My modification to the geodesic regression example fails -- but not clear why (at least to me)

[salbert83]

My eventual goal is to introduce weights in the optimization. First, I ran the example from
https://manoptjl.org/stable/tutorials/GeodesicRegression/
and checked the gradient calculated at x0,

Y = similar(x0)
@show RegressionCost(data, t)(M, x0)   # got 0.14286244488043887
RegressionGradient!(data, t)(M, Y, x0)

Then, I made this modification to handle weights,

function calc_cost2(a::RegressionCost, M, xw)
    x = xw[M, 1]
    w = xw[M, 2]
    pts = [geodesic(M[1].manifold, x[M[1], :point], x[M[1], :vector], ti) for ti in a.times]
    return 0.5 * sum(w .* distance.(Ref(M[1].manifold), pts, a.data) .^ 2)
end

function calc_gradient2!(a::RegressionGradient!, M, Y, xw)
    x = xw[M, 1]
    w = xw[M, 2]
    pts = [geodesic(M[1].manifold, x[M[1], :point], x[M[1], :vector], ti) for ti in a.times]
    gradients = w .* ManifoldDiff.grad_distance.(Ref(M[1].manifold), a.data, pts)
    Y[M,1][M[1], :point] .= sum(
        ManifoldDiff.adjoint_differential_exp_basepoint.(
            Ref(M[1].manifold),
            Ref(x[M[1], :point]),
            [ti * x[M[1], :vector] for ti in a.times],
            gradients,
        ),
    )
    Y[M,1][M[1], :vector] .= sum(
        ManifoldDiff.adjoint_differential_exp_argument.(
            Ref(M[1].manifold),
            Ref(x[M[1], :point]),
            [ti * x[M[1], :vector] for ti in a.times],
            gradients,
        ),
    )
    Y[M,2][:] .= 0
    return Y
end

I again calculated the initial gradient,

xw0 = ArrayPartition(x0, fill(1/n,n))
M2 = M × ProbabilitySimplex(n-1)
is_point(M2, xw0)                                      # returns true

# Note the scaling by 'n', since the weights are in the probability simplex
Y3 = similar(xw0)
@show calc_cost2(RegressionCost(data, t), M2, xw0) * n     # got 0.14286244488043887 
calc_gradient2!(RegressionGradient!(data, t), M2, Y3, xw0)

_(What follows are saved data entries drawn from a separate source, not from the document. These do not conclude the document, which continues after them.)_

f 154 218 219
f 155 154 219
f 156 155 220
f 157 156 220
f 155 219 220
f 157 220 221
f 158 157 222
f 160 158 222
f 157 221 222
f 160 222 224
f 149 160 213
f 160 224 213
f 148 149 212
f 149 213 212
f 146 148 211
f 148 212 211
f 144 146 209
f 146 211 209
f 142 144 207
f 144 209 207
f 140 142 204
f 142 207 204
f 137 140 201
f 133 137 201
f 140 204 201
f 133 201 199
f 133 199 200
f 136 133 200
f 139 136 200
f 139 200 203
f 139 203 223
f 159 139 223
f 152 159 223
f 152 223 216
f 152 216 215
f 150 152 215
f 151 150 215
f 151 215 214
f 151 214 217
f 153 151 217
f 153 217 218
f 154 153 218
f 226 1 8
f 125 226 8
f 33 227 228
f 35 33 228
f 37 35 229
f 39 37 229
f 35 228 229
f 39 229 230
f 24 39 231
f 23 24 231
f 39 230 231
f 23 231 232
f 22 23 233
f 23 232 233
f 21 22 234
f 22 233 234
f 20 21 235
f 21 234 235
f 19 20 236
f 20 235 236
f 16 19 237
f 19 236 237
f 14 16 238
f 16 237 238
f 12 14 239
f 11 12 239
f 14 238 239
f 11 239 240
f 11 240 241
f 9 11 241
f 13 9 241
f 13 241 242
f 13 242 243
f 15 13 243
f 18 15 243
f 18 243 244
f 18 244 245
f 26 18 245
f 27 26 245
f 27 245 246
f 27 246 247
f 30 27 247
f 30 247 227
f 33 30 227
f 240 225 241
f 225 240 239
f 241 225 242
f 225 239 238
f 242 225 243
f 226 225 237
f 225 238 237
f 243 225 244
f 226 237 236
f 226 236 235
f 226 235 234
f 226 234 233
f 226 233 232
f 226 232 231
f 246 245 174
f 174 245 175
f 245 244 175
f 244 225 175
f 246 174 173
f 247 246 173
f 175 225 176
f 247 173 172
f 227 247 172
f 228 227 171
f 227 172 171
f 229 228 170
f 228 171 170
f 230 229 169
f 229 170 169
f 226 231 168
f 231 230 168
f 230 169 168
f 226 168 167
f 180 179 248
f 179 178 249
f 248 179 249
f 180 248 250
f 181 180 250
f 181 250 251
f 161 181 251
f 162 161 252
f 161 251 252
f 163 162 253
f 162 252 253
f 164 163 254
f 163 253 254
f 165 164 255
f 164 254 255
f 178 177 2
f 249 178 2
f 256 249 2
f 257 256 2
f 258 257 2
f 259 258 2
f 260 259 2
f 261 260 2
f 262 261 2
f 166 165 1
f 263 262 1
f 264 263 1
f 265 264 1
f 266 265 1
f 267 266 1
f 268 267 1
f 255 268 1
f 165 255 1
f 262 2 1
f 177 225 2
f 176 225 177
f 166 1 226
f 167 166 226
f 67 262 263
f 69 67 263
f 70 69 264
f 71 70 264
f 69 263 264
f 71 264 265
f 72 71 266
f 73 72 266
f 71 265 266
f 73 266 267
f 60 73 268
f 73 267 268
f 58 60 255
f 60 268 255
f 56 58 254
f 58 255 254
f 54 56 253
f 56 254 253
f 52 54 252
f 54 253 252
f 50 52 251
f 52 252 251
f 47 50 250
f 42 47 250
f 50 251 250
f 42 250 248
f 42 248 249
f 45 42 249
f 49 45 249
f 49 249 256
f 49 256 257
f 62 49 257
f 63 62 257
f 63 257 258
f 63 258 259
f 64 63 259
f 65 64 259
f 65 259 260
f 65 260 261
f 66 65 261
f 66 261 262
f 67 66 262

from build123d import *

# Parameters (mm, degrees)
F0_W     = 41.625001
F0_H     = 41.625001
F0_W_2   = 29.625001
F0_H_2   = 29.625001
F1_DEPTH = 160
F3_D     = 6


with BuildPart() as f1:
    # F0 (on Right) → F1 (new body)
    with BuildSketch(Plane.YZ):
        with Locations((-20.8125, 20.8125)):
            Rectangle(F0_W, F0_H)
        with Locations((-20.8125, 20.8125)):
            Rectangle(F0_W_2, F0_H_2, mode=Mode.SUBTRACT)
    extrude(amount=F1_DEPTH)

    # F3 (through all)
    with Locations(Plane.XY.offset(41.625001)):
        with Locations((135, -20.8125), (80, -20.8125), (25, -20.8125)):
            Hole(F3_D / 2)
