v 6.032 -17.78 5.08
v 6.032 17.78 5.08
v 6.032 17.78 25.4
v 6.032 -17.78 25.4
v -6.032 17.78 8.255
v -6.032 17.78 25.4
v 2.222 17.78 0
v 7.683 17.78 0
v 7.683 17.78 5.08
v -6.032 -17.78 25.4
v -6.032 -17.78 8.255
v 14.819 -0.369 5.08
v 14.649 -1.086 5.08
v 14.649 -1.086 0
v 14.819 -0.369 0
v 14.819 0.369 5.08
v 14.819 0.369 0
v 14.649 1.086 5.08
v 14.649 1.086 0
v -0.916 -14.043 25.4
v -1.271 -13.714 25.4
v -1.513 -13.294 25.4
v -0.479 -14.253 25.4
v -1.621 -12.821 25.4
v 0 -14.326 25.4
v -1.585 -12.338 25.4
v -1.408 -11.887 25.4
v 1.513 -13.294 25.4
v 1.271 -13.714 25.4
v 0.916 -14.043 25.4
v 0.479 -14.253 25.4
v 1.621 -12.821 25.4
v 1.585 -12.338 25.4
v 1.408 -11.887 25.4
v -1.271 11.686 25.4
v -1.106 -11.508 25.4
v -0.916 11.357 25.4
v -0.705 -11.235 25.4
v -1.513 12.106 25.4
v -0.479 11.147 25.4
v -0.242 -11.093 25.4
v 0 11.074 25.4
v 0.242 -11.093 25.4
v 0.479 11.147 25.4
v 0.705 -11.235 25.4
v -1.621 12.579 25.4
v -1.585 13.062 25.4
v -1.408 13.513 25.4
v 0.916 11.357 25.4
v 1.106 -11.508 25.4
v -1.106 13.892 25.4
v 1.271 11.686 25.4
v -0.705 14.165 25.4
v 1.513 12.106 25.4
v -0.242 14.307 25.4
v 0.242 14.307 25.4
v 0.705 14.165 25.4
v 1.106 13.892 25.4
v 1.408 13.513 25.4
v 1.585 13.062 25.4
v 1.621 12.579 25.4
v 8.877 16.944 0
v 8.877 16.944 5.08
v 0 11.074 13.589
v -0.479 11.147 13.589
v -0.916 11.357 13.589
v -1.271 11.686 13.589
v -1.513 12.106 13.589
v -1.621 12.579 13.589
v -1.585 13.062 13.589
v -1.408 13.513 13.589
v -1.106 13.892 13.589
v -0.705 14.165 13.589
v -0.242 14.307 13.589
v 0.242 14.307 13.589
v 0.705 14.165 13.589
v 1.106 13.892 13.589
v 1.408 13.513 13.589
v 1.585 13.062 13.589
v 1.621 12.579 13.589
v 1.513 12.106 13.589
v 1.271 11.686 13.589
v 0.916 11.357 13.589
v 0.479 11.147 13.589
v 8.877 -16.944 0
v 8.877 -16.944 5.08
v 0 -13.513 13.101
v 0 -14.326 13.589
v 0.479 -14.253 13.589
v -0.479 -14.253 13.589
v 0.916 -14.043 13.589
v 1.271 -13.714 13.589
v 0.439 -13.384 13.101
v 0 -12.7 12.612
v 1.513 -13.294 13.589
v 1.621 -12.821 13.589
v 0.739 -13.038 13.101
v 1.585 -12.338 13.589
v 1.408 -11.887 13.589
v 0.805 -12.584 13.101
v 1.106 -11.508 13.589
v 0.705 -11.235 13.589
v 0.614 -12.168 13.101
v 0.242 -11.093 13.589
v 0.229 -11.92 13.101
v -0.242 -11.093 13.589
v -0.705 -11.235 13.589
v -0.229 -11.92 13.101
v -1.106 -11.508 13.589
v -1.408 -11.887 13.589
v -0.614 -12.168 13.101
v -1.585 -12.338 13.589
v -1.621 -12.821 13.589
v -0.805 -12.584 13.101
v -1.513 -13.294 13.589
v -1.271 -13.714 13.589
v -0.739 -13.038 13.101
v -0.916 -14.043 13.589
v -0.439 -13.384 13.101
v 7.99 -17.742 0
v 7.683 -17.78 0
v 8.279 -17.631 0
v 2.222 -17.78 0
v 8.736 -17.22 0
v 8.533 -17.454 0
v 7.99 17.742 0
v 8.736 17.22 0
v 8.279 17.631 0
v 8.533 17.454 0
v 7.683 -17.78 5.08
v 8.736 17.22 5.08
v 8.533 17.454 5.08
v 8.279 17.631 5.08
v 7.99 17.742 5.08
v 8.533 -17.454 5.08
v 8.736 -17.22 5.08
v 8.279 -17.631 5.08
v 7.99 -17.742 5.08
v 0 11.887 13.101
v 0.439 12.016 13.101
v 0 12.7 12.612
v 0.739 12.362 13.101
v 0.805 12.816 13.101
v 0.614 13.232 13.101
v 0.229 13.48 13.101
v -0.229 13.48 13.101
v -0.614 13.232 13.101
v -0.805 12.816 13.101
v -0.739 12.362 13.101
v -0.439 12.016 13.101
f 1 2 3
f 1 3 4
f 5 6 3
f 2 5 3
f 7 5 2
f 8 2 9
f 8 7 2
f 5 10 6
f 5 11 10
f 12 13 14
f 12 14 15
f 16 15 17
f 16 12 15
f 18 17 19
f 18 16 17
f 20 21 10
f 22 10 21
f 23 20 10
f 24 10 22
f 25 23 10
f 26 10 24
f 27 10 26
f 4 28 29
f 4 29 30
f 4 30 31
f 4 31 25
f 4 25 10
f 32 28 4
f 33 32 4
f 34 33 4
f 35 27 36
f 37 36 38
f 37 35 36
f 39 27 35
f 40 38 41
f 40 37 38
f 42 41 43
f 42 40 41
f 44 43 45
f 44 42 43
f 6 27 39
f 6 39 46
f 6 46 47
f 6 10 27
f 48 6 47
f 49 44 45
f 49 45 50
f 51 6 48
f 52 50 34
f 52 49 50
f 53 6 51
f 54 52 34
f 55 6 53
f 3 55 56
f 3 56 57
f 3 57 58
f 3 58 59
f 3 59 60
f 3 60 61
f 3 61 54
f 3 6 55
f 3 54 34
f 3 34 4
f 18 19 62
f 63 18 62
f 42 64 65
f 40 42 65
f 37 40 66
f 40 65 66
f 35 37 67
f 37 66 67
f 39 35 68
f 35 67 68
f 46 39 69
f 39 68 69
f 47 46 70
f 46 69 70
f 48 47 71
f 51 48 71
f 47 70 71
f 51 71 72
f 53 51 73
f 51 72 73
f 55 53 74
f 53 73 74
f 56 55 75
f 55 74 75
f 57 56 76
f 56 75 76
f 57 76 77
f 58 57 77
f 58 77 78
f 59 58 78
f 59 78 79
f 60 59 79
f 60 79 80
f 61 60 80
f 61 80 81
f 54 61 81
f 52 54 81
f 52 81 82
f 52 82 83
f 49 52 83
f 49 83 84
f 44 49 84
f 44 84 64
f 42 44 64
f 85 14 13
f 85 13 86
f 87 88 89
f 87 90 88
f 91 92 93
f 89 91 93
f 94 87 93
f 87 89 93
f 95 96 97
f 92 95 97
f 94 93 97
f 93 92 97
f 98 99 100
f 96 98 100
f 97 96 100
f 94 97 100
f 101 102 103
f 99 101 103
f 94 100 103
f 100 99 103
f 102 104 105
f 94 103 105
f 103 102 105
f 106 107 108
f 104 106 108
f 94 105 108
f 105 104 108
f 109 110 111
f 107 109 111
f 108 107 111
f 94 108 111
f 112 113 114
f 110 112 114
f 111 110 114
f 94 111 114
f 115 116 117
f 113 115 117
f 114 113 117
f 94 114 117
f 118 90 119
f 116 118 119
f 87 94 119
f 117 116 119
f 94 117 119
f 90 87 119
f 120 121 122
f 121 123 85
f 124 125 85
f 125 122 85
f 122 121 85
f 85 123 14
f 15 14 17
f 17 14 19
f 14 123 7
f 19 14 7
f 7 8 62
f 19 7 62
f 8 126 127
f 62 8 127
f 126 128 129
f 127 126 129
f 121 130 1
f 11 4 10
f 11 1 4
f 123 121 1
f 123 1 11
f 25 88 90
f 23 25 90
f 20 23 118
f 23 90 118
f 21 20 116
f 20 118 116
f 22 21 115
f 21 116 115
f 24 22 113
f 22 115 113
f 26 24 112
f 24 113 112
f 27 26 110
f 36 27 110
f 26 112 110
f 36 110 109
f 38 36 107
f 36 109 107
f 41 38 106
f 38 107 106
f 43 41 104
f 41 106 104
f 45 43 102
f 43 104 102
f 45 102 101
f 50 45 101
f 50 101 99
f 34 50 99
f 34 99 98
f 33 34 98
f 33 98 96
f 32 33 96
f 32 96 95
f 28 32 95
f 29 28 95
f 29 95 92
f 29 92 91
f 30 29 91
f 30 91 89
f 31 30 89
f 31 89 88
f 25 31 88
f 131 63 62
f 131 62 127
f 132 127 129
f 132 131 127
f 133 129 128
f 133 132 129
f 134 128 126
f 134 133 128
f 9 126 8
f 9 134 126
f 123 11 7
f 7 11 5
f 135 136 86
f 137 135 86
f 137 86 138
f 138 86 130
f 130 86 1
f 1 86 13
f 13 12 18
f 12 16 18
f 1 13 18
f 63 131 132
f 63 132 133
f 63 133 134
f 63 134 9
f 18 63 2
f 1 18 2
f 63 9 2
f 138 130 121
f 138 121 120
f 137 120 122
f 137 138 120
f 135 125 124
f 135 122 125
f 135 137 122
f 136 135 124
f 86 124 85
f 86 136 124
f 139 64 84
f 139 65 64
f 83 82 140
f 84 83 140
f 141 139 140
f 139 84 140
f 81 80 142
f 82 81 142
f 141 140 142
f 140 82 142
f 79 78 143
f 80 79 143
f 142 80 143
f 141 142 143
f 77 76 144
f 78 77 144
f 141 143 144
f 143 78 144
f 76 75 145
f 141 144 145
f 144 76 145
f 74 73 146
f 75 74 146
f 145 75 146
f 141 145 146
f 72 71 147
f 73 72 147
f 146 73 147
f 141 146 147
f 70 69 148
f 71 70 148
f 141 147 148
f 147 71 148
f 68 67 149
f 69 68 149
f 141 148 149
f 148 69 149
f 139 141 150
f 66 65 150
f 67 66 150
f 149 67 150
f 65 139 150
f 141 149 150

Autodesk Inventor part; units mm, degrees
ref_plane "YZ Plane" through (0, 0, 0) normal (1, 0, 0) x (0, 1, 0)
ref_plane "XZ Plane" through (0, 0, 0) normal (0, 1, 0) x (-1, 0, 0)
ref_plane "XY Plane" through (0, 0, 0) normal (0, 0, 1) x (1, 0, 0)
sketch "Sketch1" plane through (0, 0, 0) normal (0, 0, 1) x (1, 0, 0)
  line L0 (6.0325, -17.78) -> (-6.0325, -17.78)
  line L1 (-6.0325, -17.78) -> (-6.0325, 17.78)
  line L2 (-6.0325, 17.78) -> (6.0325, 17.78)
  line L3 (6.0325, 17.78) -> (6.0325, -17.78)
  line L4 (6.0325, -17.78) -> (-6.0325, 17.78) construction
  line L5 (-6.0325, -17.78) -> (6.0325, 17.78) construction
  point P0 (0, 0)
  dimension "d0" = 12.065
  dimension "d1" = 35.56
extrude "Extrusion1" add sketch "Sketch1" along normal blind 25.4
sketch "Sketch3" plane through (0, 0, 25.4) normal (0, 0, 1) x (1, 0, 0)
  line L0 (6.0325, -17.78) -> (6.0325, 17.78) projected
  line L1 (0, 26.67) -> (0, -26.67) projected
  line L2 (-8.4455, 0) -> (8.4455, 0) projected
  point P0 (0, 12.7)
  point P1 (0, -12.7)
  dimension "d45" = 12.7
  dimension "d46" = 12.7
  dimension "d47" = 0
hole "Hole5" at (0, 12.7, 25.4) at (0, -12.7, 25.4) direction (0, 0, -1) diameter 3.2512 depth 11.811 tip angle 118
sketch "Sketch7" plane through (0, 0, 0) normal (0, 0, -1) x (-1, 0, 0)
  line L0 (-6.0325, -17.78) -> (6.0325, -17.78) projected
  line L1 (6.0325, 17.78) -> (-6.0325, 17.78) projected
  line L2 (-6.0325, 17.78) -> (-6.0325, -17.78) projected
  line L3 (-15.0439, 0) -> (-8.5725, -17.78)
  line L4 (-6.0325, -17.78) -> (-8.5725, -17.78)
  line L5 (-15.0439, 0) -> (-8.5725, 17.78)
  line L6 (-8.5725, 17.78) -> (-6.0325, 17.78)
  line L7 (0, -26.67) -> (0, 26.67) projected
  line L8 (-19.0666, 0) -> (10.2157, 0) projected
  point P0 (0, 0)
  dimension "d70" = 70
  dimension "d71" = 70
  dimension "d72" = 2.54
extrude "Extrusion6" add sketch "Sketch7" against normal blind 5.08 contours L4 L3 L8 L2 | L8 L5 L6 L2
fillet "Fillet1" radius 3.175 1 edges at (15.0439, 0, 2.54)
fillet "Fillet2" radius 1.27 2 edges at (8.5725, -17.78, 2.54) (8.5725, 17.78, 2.54)
chamfer "Chamfer1" distance 8.255 angle 45 1 edges at (-6.0325, 0, 0)
properties part number "J005413" material "ALUMINUM, 6061-T651"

norm(n*Y3[M2,1] - Y) / norm(Y)  # got 4.228695411939743e-16 

My cost and gradient evaluation are matching. Again, eventually I might optimize over weights as well, but not for now. I try the following for the optimization,

y = gradient_descent(
    M2,
    (M, xw) -> calc_cost2(RegressionCost(data, t), M, xw),
    (M, Y, xw) -> calc_gradient2!(RegressionGradient!(data, t), M, Y, xw),
    xw0;
    evaluation=InplaceEvaluation(),
    stepsize=ArmijoLinesearch(
        M2;
        initial_stepsize=1.0,
        contraction_factor=0.5,
        sufficient_decrease=0.01,
        stop_when_stepsize_less=1e-9,
    ),
    stopping_criterion=StopAfterIteration(200) |
                        StopWhenGradientNormLess(1e-8) |
                        StopWhenStepsizeLess(1e-9),
    debug=[:Iteration, " | ", :Cost, "\n", :Stop, 1],
)

and get

Initial  | f(x): 0.020409
# 1      | f(x): 0.020409
The algorithm computed a step size (0.0) less than 1.0e-9.

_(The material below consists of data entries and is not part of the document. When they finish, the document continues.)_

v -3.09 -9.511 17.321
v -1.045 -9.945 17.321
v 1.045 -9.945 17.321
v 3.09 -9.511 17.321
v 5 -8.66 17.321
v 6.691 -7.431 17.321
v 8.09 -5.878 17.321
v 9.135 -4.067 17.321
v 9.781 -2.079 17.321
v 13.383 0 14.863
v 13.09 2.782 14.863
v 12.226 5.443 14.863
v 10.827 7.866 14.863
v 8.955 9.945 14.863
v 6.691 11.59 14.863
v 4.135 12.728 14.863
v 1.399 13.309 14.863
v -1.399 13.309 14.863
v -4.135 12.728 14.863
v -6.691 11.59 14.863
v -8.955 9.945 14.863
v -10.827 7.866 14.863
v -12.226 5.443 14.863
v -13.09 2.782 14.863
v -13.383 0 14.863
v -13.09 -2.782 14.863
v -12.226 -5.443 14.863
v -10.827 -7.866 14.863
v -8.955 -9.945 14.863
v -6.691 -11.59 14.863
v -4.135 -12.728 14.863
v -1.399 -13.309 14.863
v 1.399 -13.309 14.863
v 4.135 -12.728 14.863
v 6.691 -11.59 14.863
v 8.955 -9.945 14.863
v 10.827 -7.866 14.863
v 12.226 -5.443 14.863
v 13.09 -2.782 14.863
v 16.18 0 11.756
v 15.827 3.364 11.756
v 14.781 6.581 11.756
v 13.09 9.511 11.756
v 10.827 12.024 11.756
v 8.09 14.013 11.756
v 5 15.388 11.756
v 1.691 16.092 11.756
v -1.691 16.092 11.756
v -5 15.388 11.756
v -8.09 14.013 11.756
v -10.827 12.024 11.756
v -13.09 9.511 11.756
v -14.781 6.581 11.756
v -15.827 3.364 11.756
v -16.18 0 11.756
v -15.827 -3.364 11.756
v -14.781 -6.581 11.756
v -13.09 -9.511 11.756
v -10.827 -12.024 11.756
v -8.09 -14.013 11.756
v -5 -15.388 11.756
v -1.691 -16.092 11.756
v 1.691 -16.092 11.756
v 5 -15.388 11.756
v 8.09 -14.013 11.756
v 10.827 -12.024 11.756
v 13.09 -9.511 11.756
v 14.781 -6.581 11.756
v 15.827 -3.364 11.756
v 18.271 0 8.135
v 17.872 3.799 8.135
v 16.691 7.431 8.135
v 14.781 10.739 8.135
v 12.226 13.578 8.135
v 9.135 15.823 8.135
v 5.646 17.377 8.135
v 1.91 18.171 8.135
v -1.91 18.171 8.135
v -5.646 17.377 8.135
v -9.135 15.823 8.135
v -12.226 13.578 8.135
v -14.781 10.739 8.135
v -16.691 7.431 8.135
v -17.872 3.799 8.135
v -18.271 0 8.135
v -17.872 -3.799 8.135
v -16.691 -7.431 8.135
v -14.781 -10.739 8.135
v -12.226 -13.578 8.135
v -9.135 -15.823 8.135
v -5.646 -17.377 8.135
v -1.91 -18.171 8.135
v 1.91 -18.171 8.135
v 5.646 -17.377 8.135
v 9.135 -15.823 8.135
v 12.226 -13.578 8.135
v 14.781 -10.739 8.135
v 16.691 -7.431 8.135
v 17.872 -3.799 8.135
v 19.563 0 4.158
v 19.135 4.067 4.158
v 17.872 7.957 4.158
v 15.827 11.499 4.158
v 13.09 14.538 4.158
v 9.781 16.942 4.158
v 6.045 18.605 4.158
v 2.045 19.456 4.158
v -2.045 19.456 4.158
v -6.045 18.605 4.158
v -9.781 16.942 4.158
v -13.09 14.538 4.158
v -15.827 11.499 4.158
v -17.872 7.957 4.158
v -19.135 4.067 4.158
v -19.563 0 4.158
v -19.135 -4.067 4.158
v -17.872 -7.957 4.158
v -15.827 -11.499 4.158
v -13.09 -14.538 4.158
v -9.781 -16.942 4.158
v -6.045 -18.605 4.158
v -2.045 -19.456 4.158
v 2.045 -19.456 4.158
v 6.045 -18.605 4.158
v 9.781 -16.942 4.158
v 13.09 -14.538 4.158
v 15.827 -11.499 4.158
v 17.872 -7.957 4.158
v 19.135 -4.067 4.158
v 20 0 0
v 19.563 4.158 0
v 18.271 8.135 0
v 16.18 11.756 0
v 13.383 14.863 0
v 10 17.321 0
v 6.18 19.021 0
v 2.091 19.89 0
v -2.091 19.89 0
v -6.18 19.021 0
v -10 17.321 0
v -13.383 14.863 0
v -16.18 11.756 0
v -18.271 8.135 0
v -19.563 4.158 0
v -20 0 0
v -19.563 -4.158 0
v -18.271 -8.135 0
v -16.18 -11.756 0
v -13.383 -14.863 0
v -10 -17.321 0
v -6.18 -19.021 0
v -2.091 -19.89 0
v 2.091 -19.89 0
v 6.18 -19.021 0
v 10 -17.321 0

Why doesn't it make any progress when the example problem (with same cost and gradient) seems to work.

FYI -- My final optimization will not be over the entire simplex, as there would be many local optima with all weights at 2 points and the geodesic going through those 2. I just want to keep the weights around, either as a parameter or modifiy the objective to penalize non-uniform weights.

Thanks in advance!

[kellertuer]

Hi,
thanks for using Manopt! I took the freedom to format your code in 3 backticks fro readability.
This week I am a bit busy with exams so I can first only give a short hint on the last output: If your second step already yields a zero step, probably your gradient is not correct.

What do you mean by your gradient calculations are “matching”? Have you for example verified the gradient with https://manoptjl.org/stable/helpers/checks/#Manopt.check_gradient?

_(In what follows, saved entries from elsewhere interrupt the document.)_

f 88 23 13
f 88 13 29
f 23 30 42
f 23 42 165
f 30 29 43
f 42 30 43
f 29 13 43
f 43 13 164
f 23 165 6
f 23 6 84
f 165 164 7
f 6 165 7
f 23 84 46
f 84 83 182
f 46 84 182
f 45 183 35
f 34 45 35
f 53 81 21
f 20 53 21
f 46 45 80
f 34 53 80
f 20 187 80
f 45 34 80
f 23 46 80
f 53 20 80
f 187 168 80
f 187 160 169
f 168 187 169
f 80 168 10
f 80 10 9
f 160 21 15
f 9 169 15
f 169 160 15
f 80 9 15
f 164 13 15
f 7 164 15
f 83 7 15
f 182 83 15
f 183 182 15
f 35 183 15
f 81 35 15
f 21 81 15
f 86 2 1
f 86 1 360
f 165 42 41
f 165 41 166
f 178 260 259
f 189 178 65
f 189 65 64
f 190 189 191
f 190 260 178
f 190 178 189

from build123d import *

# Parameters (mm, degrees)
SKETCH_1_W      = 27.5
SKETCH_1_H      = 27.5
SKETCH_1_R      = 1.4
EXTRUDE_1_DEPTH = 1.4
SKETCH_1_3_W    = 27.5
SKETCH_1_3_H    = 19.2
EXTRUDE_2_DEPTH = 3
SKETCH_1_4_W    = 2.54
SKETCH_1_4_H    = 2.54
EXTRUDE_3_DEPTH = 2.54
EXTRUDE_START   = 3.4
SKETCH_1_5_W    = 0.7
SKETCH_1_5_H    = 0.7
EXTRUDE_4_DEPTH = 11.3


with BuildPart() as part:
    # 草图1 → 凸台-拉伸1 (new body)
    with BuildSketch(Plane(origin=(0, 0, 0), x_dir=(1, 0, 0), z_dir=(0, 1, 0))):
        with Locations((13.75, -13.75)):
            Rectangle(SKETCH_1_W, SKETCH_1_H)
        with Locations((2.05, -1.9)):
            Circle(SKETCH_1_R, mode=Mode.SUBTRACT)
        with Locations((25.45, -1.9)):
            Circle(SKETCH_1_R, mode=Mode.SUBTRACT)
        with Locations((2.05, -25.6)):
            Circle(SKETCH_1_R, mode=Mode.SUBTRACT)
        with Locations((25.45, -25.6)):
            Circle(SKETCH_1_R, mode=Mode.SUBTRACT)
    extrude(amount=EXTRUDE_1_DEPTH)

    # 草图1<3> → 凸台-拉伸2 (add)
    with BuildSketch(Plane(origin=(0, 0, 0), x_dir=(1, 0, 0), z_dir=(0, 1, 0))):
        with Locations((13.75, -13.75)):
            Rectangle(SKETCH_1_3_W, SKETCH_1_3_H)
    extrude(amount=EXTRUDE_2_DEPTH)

I can try to find some time on the weekend to take a closer look.

[salbert83]

Thanks for the help. Incidentally, I believe in RegressionGradient!, there needs to be

   Y[M, :vector] .= sum(
      a.times .* ManifoldDiff.adjoint_differential_exp_argument.(
         Ref(M.manifold),
         Ref(x[M, :point]),
         [ti * x[M, :vector] for ti in a.times],
         gradients,
      ),
)

and for RegressionGradient2a!,

    Y[TM, :vector] .= sum(
           x[N,2] .* ManifoldDiff.adjoint_differential_exp_argument.(
               Ref(TM.manifold),
               Ref(p[TM, :point]),
               [ti * p[TM, :vector] for ti in x[N, 2]],
               gradients,
           ),
       )

[kellertuer]

Can you maybe put the code in 3 backticks (I did that on your. post above) then it is easier to read.

Sorry the last days I had oral exams all day, so I was only able to fight my amount of incoming emails besides that.

[salbert83]

Sure. Thanks for the quick reply.

[kellertuer]

I tried my best today to recreate your example but since this is incremental, it is a bit hard to reproduce your results and problems. Can you maybe post a complete example? That would be great.

because sure – I can spent 30+ minutes to get an example to run, but if I only have 30 minutes available like I had just now – that leaves a negative number of minutes to check the example :/

[kellertuer]

For example even starting with the regression code, I can not run your line

@show calc_cost2(RegressionCost(data, t), M2, xw0) * n     # got 0.14286244488043887 

since I am not able to find which t you used.
Then it is strange that you use M[1] in that definition since as long as you use RegressionGradient! that is meant to be defined on the tangent bundle and that does not have components like that.

So for now you consider fixed time points? Because for the second case of optimising over those as well M[1] might show up, since we are then on a product manifold.

And again, as soon as a gradient can be computed, please definetly verify the gradient using https://manoptjl.org/stable/helpers/checks/#Manopt.check_gradient (for best of cases with Plots.jl to get even a good visual answer)

[salbert83]

The attached text is actually a julia script (just change the .txt to .jl) I believe the issue I was having was related to some typos in the link. See the attached. Thanks!
GeodesicRegression.txt

[kellertuer]

So I ran your code – you might be right, the gradient has maybe a bug. That is interesting – but I struggle bit narrowing it down. The simple reason is that this code is about 10 years old (back then programme in Matlab, not even by myself, but transferred by myself to Julia into this tutorial – so all bugs are for sure my fault)). So the only thing I can offer is to remove the example and the functions provided in order to not have buggy examples in the tutorials.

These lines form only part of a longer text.